There are two error messages I tend to get - something about non-orthogonality, and something about too northerly of a declination.  The non-orthogonality one, I finally discovered, usually simply means that your camera is at a cant with respect to the telescope.  It's best to attach it "upright" - meaning, the USB and ST4 ports are in line with each other and parallel to the ground when the telescope is in the home position.
Left - ports parallel with the ground when the guide scope is upright.
Right - camera is canted, and can throw weird PHD errors.

As far as the northerly declination goes - the advice I have been given with PHD is to have new calibration data for each of your targets, and to take that calibration at or near your target.  Sometimes, my targets are far to the north, like M51 or M81.  These can cause trouble for PHD because the telescope won't move hardly at all in RA when it's looking north, since that is where the celestial pole is.  But I usually have success guiding here anyway, and just ignore the message.

Speaking of that advice to get a new calibration at each target, here is how you do it: first, stop guiding before you move to your next target by clicking the stop sign button in the bottom panel.  Slew to your new target (don't forget to focus your main telescope again if you have an SCT!).  Then go to Tools -> Modify Calibration -> Clear Calibration Data.  At your new target, hit the loop button (green arrows), then the guide button (PHD icon - green circle with crosshairs), and PHD will re-do the calibration process.

Guiding

Now that you are calibrated & focused, you are ready to guide!  If you had any issues with calibration or other things, you can click the brain button to access settings.  Consult Dr. Google.
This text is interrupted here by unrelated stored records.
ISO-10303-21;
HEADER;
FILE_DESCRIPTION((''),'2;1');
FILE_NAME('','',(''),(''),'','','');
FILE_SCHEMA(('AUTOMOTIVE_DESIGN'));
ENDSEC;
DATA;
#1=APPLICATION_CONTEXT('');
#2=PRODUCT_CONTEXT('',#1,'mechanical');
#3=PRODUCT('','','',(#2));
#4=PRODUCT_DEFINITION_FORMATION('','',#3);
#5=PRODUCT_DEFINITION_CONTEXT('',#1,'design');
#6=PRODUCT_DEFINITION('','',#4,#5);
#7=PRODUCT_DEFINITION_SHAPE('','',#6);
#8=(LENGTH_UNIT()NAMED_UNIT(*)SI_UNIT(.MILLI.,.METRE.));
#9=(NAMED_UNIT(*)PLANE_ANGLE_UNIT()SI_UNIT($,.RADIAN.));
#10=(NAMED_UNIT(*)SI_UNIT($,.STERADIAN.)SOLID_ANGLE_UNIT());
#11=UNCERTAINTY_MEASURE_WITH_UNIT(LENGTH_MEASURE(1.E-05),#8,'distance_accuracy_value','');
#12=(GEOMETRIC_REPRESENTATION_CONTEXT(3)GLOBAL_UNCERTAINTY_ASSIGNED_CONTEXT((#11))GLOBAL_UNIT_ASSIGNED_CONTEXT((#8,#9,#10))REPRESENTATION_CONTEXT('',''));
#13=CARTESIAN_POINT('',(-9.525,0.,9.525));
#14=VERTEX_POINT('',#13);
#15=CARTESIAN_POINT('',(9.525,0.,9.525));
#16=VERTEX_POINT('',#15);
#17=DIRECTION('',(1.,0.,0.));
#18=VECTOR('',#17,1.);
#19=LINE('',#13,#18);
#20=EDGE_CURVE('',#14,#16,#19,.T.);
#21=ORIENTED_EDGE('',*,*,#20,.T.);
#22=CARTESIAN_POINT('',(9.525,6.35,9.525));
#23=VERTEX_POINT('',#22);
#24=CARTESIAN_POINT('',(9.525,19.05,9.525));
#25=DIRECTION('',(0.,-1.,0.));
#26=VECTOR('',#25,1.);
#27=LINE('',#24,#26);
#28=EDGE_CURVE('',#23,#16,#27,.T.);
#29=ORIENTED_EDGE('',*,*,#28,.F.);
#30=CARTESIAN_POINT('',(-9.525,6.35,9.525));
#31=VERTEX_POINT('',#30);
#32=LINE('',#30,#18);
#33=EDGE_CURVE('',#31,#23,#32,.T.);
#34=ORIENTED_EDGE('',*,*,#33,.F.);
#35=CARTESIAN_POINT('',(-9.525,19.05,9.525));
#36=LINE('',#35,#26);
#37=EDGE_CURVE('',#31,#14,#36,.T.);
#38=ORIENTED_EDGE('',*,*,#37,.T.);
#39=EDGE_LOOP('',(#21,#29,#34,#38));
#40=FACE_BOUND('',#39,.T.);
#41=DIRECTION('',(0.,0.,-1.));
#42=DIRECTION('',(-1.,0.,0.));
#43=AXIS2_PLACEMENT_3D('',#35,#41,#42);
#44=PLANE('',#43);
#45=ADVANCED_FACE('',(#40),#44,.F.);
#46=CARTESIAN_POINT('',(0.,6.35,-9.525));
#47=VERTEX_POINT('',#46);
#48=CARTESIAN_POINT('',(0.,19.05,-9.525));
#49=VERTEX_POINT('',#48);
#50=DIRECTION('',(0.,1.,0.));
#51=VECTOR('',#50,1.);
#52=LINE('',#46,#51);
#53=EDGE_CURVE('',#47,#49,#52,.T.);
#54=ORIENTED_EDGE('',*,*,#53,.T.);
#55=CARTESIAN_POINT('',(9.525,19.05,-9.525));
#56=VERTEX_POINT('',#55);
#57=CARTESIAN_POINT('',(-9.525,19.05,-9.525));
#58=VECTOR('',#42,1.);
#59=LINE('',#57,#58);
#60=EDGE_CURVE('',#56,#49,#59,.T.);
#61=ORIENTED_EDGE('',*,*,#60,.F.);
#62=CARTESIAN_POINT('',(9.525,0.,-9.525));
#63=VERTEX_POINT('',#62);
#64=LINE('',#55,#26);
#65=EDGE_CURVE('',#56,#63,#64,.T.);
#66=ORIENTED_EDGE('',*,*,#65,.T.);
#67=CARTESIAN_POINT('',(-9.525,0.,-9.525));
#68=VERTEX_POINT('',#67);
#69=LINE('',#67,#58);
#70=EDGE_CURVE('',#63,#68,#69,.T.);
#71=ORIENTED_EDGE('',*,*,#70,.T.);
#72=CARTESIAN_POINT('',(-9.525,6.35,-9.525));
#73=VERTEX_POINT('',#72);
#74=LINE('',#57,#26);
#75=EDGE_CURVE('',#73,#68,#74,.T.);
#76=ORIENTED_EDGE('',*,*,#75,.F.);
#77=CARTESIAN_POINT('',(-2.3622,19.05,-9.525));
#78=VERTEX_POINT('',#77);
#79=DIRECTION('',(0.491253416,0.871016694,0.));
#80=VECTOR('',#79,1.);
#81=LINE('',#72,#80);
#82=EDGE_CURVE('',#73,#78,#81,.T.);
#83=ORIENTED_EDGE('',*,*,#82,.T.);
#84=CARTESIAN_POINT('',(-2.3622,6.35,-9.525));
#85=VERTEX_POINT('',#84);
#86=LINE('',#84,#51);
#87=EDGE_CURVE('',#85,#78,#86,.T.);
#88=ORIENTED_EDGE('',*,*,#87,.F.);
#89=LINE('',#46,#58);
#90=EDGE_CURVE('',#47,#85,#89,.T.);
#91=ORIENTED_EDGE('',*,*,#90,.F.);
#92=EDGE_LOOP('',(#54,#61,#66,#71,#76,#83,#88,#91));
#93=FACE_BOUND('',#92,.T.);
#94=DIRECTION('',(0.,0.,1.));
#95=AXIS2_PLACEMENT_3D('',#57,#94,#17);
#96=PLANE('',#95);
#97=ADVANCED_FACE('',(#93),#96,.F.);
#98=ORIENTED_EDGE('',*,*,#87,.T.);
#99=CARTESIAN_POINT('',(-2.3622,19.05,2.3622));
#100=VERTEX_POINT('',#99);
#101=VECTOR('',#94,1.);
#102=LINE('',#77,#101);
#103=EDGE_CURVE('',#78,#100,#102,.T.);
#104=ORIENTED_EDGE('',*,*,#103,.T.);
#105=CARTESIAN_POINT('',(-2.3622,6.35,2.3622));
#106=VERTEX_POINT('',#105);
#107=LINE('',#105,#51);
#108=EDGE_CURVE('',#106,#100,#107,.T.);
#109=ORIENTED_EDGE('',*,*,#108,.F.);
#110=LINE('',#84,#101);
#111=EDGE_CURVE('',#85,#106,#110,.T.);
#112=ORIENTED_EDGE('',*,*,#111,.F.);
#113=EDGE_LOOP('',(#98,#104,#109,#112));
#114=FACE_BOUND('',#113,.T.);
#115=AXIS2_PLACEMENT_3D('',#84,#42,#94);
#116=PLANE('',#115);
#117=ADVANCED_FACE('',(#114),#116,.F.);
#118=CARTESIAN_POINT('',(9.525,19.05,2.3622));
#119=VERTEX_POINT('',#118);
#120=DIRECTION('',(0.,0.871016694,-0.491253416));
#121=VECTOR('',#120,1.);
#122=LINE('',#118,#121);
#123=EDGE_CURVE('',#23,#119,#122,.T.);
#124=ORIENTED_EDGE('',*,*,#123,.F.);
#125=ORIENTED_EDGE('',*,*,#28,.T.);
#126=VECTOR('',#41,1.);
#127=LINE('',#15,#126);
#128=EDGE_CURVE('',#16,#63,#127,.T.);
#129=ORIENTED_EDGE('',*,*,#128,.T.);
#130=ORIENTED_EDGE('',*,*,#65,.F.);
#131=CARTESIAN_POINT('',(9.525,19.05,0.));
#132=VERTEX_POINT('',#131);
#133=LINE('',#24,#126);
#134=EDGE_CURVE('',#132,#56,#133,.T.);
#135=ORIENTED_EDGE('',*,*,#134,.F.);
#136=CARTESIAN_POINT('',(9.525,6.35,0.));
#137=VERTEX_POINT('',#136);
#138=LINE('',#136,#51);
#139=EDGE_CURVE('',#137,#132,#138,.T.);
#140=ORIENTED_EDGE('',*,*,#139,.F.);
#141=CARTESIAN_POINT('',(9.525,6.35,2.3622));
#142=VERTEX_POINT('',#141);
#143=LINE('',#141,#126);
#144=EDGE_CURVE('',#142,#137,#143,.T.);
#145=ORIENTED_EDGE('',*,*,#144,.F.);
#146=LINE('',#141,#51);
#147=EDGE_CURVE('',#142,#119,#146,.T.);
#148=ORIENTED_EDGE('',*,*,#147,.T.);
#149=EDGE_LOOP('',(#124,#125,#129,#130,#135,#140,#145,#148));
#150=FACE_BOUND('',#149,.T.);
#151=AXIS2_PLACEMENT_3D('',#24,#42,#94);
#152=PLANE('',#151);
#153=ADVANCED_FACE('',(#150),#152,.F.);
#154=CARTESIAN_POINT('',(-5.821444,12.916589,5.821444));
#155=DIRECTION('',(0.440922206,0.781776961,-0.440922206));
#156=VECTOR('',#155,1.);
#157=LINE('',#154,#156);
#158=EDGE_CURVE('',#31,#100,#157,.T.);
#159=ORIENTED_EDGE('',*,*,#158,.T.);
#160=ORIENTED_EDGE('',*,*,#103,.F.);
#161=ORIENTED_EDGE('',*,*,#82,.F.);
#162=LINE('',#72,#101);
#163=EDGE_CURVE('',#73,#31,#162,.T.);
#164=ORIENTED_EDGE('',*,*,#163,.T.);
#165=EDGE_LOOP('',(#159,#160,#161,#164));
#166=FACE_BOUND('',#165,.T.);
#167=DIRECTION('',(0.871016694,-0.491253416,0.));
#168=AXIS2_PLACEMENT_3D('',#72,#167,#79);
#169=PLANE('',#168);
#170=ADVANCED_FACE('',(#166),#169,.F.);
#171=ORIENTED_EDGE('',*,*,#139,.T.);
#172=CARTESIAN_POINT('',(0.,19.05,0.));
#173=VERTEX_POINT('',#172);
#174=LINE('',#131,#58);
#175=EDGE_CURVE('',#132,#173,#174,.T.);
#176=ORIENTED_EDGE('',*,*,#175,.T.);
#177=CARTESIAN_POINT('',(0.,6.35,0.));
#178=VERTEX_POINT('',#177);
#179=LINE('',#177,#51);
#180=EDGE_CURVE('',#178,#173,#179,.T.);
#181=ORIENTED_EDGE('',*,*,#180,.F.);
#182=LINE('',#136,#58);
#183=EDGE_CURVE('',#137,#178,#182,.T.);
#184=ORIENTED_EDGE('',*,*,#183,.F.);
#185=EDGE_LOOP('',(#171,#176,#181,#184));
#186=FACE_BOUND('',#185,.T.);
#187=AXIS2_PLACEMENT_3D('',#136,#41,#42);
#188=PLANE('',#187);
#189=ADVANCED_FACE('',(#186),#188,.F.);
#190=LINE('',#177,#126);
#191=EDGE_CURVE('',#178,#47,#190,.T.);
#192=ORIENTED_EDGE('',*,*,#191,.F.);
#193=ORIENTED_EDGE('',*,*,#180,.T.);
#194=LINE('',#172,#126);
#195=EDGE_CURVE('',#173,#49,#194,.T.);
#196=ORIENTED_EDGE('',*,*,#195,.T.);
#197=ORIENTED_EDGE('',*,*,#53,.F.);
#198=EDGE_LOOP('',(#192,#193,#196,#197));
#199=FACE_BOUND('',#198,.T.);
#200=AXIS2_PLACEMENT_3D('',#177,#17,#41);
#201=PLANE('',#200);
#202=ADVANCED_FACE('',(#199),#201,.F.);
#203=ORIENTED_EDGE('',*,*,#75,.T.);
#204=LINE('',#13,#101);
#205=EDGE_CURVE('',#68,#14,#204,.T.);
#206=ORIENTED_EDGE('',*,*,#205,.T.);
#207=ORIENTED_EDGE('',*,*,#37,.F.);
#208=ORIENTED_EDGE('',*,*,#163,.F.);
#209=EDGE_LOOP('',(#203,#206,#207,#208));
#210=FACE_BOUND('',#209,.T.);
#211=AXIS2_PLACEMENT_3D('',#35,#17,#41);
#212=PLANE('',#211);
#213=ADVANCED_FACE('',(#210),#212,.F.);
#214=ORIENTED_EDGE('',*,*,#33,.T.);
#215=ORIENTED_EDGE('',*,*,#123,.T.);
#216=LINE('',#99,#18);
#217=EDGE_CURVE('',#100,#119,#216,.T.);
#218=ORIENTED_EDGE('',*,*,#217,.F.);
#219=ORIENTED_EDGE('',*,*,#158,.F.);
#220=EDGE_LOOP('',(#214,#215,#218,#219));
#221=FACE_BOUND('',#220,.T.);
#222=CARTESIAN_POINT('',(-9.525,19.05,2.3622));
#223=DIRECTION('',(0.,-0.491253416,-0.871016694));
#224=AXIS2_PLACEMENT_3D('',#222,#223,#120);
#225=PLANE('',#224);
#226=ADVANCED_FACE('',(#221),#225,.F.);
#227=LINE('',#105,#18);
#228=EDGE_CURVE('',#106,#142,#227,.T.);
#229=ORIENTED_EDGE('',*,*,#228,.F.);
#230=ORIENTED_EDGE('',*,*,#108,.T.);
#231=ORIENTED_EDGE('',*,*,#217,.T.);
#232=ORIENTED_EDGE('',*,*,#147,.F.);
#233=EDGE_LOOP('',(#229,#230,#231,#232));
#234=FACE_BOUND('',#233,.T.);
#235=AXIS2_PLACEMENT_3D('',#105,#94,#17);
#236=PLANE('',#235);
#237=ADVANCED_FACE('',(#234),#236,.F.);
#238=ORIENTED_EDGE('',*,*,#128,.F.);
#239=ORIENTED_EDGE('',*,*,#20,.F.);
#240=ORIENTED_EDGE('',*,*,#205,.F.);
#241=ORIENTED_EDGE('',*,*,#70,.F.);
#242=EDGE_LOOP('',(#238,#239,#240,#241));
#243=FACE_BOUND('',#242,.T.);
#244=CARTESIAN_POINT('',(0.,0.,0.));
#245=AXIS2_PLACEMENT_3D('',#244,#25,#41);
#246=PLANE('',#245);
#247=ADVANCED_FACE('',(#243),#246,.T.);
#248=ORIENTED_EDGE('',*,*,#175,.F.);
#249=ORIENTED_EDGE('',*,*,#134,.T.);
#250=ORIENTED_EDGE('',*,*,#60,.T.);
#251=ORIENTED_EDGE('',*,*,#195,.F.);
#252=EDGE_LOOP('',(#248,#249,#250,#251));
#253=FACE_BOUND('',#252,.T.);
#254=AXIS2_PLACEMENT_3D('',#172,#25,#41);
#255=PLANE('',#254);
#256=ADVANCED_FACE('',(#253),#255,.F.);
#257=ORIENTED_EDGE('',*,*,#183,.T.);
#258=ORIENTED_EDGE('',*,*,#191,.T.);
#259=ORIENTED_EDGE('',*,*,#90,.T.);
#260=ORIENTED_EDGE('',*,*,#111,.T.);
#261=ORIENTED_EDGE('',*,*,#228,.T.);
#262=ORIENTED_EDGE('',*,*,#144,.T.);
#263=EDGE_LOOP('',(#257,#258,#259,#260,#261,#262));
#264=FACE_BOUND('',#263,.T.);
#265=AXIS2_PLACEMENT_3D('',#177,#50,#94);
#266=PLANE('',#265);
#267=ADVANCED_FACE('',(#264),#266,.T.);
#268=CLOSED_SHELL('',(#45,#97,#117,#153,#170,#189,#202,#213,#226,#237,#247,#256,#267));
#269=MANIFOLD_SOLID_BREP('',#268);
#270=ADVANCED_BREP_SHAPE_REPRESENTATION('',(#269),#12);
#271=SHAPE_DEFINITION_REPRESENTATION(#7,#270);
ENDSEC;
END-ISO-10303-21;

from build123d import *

# Parameters (mm, degrees)
SKETCH1_W         = 19.05
SKETCH1_H         = 19.05
BODY_DEPTH        = 19.05
SLOT_DEPTH        = 12.7
BEVEL_LEFT_DEPTH  = 19.05
BEVEL_RIGHT_DEPTH = 19.05


with BuildPart() as part:
    # Sketch1 → Body (new body)
    with BuildSketch(Plane(origin=(0, 0, 0), x_dir=(1, 0, 0), z_dir=(0, 1, 0))):
        Rectangle(SKETCH1_W, SKETCH1_H)
    extrude(amount=BODY_DEPTH)

    # Sketch2 → Slot (cut)
    with BuildSketch(Plane(origin=(0, 19.05, 0), x_dir=(1, 0, 0), z_dir=(0, 1, 0))):
        Polygon((-2.3622, 9.525), (-2.3622, -2.3622), (9.525, -2.3622), (9.525, 0), (0, 0), (0, 9.525), align=None)
    extrude(amount=-SLOT_DEPTH, mode=Mode.SUBTRACT)

    # Sketch3 → Bevel Left (cut)
    with BuildSketch(Plane.XY.offset(9.525)):
        Polygon((-2.3622, 19.05), (-9.525, 19.05), (-9.525, 6.35), align=None)
    extrude(amount=-BEVEL_LEFT_DEPTH, mode=Mode.SUBTRACT)

    # Sketch4 → Bevel Right (cut)
    with BuildSketch(Plane(origin=(9.525, 0, 0), x_dir=(0, 0, -1), z_dir=(1, 0, 0))):
        Polygon((-2.3622, 19.05), (-9.525, 6.35), (-9.525, 19.05), align=None)
    extrude(amount=-BEVEL_RIGHT_DEPTH, mode=Mode.SUBTRACT)


solid = part.part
Now that guiding is going, you'll see the graph on the bottom start to populate.  This shows the corrections that PHD has had to send to your telescope, and how severe they were.  If you have tall spikes larger than 3 or 4 arcsecs that are all over the place, then your alignment or polar alignment probably isn't very good.  Keep in mind though that it takes a minute or two to "quiet down," so wait for things to shake out first.  (Or, try imaging anyway - sometimes my images turn out just fine even when the guide plot is crazy).
An example guide plot.  My stars came out perfectly round like this on an 800mm refractor using a 102mm refractor to guide.

If a cloud rolls through, or you forget to turn the observatory dome, or your guide scope gets dewy, or any number of things that cause PHD to lose the guide star, it will start making computer notification noises at you.  So keep your volume turned up!  It can save precious time during the night to know right away when something is amiss.  (There's a plugin for Sequence Generator Pro that will send you emails when PHD is having a problem).  

All right, so those are the basics, and that is my process.  Again, check out the variety of other sources on the internet that have tutorials and advice for guiding and PHD, especially when something isn't working.  There are a lot more settings to tweak than I've talked about here (or have even tweaked myself), but with this process, I've gotten at least 7 minutes of guiding on my CGE Pro with my C11 as the imaging scope and my Orion ST-80 as the guide scope, and at least 20 minutes of guiding out of the memorial scope, which is an 800mm refractor with a 102mm guide scope on a permanent pier.